Традиционного для жанра романа-путешествия разнообразия картин в романе Ерофеева отметить нельзя. В отличие от иных героев-путешественников ерофеевский персонаж не смотрит в окно [12] ,картины за окном не актуализированы и потому не сменяют друг друга, и даже когда во второй половине романа герой все-таки вглядывается в заоконное пространство, картины не возникает: в наступившей ночной тьме различимы только безликие бесконтурные огни. Пейзажные декорации не чередуются, и в привычном смысле пейзажа в ерофеевском романе вообще нет [13] .

12

Ср.: В. Курицын: «Солидную часть пути он даже проводит в тамбуре, где окна нет совсем (? – О. Б.)» (Курицын В. Русский литературный постмодернизм. М., 2001. С. 144–145).

13

Отчасти элементы пейзажа можно проследить в описании Москвы (Кремля) и Петушков, но и здесь пейзажный фон скорее условен и абстрактен, так как создается с целью выделения противонаправленной – «адской» и «райской» – сущности/сути названных мест.

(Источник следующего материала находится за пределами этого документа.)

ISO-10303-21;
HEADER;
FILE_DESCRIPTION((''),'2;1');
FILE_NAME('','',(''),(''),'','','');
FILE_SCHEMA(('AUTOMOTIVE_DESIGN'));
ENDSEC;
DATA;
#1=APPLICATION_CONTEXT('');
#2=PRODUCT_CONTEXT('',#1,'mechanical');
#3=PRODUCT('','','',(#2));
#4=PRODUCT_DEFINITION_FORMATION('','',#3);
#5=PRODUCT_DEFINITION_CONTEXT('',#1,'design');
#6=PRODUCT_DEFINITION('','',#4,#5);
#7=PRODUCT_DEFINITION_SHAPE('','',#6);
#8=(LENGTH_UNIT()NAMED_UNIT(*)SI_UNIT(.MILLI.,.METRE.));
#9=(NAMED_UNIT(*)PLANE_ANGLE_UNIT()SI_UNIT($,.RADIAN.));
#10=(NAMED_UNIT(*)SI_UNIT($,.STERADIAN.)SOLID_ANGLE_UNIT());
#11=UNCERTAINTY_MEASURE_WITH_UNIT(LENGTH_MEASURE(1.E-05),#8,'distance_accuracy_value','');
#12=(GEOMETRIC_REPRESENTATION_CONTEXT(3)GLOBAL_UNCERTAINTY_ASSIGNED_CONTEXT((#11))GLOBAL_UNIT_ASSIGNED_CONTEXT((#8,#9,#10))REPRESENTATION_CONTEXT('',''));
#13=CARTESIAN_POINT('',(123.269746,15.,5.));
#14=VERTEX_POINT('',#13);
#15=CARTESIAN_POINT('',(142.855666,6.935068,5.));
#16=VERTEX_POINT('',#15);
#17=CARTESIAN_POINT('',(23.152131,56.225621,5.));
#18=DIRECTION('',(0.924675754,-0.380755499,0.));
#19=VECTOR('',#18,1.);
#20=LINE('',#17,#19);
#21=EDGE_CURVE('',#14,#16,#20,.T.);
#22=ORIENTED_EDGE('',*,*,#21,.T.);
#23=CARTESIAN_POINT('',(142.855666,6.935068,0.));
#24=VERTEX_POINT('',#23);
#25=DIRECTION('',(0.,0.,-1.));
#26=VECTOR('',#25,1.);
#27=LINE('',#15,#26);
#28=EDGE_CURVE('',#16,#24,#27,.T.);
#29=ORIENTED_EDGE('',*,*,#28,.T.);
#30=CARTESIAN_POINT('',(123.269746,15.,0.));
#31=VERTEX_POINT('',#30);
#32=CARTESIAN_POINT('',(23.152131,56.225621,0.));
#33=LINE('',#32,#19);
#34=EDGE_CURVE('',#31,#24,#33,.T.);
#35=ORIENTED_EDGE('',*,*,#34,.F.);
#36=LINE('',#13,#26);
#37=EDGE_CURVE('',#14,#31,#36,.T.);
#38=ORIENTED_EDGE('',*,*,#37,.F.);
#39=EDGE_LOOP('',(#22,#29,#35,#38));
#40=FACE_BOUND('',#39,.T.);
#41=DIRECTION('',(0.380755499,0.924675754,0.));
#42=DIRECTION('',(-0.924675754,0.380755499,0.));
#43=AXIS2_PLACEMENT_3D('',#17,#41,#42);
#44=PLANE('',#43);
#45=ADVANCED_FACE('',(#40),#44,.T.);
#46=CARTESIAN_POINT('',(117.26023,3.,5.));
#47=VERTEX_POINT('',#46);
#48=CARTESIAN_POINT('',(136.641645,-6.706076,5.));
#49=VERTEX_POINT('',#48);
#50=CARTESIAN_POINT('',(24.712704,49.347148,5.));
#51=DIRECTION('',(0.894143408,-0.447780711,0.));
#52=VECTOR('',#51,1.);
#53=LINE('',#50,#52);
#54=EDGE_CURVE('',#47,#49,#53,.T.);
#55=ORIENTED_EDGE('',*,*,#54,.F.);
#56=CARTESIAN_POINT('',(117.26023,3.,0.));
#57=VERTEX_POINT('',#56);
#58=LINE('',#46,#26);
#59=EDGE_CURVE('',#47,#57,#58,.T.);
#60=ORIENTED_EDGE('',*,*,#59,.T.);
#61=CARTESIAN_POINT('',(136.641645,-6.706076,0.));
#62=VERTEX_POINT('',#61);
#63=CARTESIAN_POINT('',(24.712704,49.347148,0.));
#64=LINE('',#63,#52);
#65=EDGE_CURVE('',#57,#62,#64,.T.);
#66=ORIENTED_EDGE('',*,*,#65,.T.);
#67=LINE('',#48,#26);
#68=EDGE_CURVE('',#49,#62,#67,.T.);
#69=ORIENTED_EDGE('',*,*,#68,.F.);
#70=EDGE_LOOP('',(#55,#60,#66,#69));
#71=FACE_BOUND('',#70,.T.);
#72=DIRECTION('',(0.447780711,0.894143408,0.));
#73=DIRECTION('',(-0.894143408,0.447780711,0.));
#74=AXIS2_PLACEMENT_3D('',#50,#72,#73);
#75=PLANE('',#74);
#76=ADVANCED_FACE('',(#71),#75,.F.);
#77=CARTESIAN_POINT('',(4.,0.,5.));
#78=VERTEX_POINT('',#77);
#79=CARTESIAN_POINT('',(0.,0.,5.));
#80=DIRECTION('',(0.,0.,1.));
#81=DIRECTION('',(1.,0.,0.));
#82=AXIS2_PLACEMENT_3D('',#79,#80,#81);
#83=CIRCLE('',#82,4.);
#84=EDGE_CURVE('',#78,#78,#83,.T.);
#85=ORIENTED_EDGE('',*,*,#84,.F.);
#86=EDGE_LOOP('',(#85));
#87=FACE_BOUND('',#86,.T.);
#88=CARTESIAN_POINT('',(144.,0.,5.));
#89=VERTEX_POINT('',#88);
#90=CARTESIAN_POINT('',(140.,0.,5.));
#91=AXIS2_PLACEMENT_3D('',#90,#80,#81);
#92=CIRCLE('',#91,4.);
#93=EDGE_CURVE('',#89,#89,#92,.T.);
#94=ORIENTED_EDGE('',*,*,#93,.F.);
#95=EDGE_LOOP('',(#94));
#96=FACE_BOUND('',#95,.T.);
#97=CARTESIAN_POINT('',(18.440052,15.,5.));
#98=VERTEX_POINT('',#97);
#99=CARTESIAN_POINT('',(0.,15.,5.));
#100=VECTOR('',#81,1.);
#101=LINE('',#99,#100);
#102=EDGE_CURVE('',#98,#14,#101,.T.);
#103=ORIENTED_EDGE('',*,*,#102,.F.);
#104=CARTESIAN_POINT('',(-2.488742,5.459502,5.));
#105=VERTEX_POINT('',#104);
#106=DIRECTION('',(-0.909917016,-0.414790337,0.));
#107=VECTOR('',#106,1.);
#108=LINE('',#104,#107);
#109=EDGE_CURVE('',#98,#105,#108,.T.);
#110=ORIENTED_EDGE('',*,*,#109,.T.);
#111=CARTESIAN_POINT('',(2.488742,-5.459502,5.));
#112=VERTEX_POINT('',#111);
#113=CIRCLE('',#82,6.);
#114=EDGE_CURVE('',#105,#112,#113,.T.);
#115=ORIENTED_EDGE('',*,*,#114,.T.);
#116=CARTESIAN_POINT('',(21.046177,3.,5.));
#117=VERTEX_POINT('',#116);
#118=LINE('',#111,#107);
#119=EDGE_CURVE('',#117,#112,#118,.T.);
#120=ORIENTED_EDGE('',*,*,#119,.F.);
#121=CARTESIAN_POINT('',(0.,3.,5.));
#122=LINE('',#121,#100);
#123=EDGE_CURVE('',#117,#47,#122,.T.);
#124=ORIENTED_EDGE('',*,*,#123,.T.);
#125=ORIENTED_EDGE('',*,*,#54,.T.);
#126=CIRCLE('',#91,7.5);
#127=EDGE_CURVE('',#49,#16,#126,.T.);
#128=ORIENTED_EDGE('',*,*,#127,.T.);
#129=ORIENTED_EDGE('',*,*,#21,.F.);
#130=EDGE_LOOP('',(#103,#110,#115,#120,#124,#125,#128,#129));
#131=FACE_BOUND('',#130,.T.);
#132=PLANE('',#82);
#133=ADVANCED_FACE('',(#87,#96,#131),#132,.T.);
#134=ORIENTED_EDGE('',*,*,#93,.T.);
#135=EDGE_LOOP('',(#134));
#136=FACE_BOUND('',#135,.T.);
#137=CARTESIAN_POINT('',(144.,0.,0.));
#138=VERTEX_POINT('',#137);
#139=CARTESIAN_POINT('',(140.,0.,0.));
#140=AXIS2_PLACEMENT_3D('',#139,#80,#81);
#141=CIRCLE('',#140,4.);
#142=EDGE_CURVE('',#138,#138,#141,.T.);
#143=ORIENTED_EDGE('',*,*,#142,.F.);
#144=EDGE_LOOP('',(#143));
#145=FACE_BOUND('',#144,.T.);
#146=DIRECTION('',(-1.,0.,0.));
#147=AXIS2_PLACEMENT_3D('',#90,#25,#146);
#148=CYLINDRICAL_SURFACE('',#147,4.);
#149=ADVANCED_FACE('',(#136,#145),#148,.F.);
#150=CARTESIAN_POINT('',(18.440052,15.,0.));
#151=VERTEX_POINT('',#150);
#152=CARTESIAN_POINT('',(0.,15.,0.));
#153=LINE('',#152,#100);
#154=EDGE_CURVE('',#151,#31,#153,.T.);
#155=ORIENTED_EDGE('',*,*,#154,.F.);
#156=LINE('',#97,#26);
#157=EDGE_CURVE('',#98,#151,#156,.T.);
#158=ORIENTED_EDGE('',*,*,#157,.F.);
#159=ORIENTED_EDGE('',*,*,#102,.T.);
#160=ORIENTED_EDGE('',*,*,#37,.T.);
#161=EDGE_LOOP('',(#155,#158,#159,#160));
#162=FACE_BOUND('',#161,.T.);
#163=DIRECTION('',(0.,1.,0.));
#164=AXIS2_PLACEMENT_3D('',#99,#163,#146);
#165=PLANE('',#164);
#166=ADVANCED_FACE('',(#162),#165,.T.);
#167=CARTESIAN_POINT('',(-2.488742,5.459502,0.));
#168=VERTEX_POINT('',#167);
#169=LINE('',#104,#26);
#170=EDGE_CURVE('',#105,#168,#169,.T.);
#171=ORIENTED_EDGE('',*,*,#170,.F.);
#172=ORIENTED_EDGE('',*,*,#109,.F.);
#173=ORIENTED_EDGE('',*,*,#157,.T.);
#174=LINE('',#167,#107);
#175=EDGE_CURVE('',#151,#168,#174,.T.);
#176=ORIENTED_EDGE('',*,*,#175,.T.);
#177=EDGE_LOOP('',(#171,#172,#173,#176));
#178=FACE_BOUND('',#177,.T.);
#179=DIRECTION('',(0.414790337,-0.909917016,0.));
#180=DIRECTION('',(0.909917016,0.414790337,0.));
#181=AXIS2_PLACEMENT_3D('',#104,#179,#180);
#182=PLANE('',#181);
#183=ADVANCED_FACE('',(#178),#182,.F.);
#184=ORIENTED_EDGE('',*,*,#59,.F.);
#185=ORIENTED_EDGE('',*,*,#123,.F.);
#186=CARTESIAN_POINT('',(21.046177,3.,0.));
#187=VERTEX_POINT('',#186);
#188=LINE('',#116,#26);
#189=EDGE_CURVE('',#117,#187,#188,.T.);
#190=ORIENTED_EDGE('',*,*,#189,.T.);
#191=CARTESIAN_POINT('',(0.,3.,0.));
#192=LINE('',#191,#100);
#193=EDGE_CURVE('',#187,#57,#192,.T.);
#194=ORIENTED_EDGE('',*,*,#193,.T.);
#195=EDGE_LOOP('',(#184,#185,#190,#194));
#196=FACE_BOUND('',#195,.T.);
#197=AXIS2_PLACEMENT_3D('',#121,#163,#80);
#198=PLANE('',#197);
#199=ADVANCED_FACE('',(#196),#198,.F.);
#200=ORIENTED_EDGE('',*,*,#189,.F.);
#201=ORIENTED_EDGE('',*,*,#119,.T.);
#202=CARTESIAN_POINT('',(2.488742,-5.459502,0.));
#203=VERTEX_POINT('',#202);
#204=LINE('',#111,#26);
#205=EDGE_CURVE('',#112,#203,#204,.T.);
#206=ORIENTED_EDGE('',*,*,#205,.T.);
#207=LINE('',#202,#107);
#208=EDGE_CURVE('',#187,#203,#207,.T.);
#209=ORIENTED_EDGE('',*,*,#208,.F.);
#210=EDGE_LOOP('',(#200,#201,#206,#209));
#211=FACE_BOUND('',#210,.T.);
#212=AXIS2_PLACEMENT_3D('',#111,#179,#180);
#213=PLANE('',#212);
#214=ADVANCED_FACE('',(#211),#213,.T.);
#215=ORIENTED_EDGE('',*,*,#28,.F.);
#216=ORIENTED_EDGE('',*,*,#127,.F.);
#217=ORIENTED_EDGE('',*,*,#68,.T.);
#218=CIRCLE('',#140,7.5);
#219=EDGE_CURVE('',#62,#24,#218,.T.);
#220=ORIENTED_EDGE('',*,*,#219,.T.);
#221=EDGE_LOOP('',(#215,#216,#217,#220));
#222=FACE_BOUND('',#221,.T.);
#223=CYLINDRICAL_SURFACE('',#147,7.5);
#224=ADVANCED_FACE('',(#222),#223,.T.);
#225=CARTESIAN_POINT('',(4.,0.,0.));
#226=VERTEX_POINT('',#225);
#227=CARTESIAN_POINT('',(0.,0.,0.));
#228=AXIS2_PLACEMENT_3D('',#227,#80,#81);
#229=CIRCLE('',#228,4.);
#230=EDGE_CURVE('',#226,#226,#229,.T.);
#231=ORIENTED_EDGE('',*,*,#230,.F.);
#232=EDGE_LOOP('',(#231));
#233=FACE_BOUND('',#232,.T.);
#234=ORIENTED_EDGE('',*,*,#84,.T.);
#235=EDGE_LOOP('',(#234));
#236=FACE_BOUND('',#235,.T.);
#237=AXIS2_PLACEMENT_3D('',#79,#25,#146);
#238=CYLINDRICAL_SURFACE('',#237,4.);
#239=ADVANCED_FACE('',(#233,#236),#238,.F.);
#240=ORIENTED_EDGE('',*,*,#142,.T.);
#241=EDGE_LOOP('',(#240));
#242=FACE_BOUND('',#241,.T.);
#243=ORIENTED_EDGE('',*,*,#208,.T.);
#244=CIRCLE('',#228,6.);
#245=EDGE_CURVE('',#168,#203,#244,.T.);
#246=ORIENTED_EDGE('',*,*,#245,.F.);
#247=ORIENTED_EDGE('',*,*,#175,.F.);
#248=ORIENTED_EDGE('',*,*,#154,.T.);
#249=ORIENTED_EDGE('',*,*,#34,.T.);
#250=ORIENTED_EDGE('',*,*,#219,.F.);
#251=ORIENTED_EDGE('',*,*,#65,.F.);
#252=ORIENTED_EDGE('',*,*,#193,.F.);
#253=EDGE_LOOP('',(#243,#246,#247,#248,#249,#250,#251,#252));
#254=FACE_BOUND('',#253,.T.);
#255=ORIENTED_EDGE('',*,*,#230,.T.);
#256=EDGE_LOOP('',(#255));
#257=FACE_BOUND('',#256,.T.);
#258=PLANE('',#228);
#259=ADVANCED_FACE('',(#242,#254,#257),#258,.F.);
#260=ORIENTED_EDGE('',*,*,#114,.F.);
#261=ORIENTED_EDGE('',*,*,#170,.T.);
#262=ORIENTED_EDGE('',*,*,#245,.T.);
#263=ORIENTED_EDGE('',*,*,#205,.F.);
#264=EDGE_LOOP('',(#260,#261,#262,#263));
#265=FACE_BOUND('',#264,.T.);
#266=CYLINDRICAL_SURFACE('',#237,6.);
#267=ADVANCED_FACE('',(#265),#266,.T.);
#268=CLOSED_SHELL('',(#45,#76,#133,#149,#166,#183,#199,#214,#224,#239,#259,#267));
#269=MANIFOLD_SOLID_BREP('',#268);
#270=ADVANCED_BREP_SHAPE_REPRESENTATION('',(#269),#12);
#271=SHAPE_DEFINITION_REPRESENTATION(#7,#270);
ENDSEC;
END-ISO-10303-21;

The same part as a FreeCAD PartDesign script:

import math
import FreeCAD as App
import Part
import Sketcher

V = App.Vector
Q = App.Units.Quantity

doc = App.newDocument("Part")
body = doc.addObject("PartDesign::Body", "Body")

# Sketch on XY plane
sketch1 = body.newObject("Sketcher::SketchObject", "Sketch")
sketch1.AttachmentSupport = (doc.getObject("XY_Plane"), [""])
sketch1.MapMode = "FlatFace"
sketch1.addGeometry([
    Part.LineSegment(V(123.3, 15, 0), V(18.4, 15, 0)),  # 0
    Part.LineSegment(V(18.4, 15, 0), V(-2.5, 5.5, 0)),  # 1
    Part.ArcOfCircle(Part.Circle(V(0, 0, 0), V(0, 0, 1), 6), math.radians(115), math.radians(295)),  # 2
    Part.LineSegment(V(2.5, -5.5, 0), V(21, 3, 0)),  # 3
    Part.LineSegment(V(21, 3, 0), V(117.3, 3, 0)),  # 4
    Part.LineSegment(V(117.3, 3, 0), V(136.6, -6.7, 0)),  # 5
    Part.ArcOfCircle(Part.Circle(V(140, 0, 0), V(0, 0, 1), 7.5), math.radians(-117), math.radians(68)),  # 6
    Part.LineSegment(V(142.9, 6.9, 0), V(123.3, 15, 0)),  # 7
    Part.Circle(V(140, 0, 0), V(0, 0, 1), 4),  # 8
    Part.Circle(V(0, 0, 0), V(0, 0, 1), 4),  # 9
], False)
sketch1.addConstraint([
    Sketcher.Constraint("Coincident", 0, 2, 1, 1),
    Sketcher.Constraint("Tangent", 1, 2, 2, 1),
    Sketcher.Constraint("Tangent", 2, 2, 3, 1),
    Sketcher.Constraint("Coincident", 3, 2, 4, 1),
    Sketcher.Constraint("Coincident", 4, 2, 5, 1),
    Sketcher.Constraint("Tangent", 5, 2, 6, 1),
    Sketcher.Constraint("Tangent", 6, 2, 7, 1),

Смены географического пространства в романе Ерофеева не происходит, варьируются только ничего не говорящие непосвященному читателю «вывески» («Различия, лопаясь, превращаются в идентичности…» [14] ), которые по сути и не принадлежат пространству, ибо отражают не названия отдельной станции, а обозначают «перегон» от станции до станции (Москва – Серп и Молот, Серп и Молот – Карачарово, Карачарово – Чухлинка, Чухлинка – Кусково и так далее), следовательно, возникают только в подсознании героя, автоматически отмечающего (подсознательно констатирующего) передвижение от одного пункта к другому. Физическое перемещение героя за пределами вагона электрички не составляет ось романа. К развитию сюжета, характера, обстоятельств «вехи пути» отношения не имеют: с равным успехом герой мог бы просто отсчитывать время в пути (что он и делает в отдельные моменты) или измерять путь исчислением километров или, что актуальнее для него, – количеством выпитого. К тому же то обстоятельство, что герой уже три года ездит по одному и тому же маршруту («прошло уже три года…», с. 110; «так продолжалось три года, каждую неделю…», с. 111) задает не динамику, а скорее статичность и привычность/устойчивость впечатлений.

14

Бераха Л. Традиции плутовского романа в поэме Венедикта Ерофеева // Русская литература ХХ века: направления и течения. Вып. 3. Екатеринбург, 1996. С. 80.

Разнообразия встреч и характеров, задаваемых романом-путешествием, у Ерофеева также нет, так как «мистические собеседники» героя (ангелы, Господь) и «пассажиры-попутчики» (Митричи, Он и Она, Тупой-тупой и Умный-умный) заданы в романе единовременно и изначально, раз и навсегда, их «качественный» состав не реконструируется, а их число минимализовано.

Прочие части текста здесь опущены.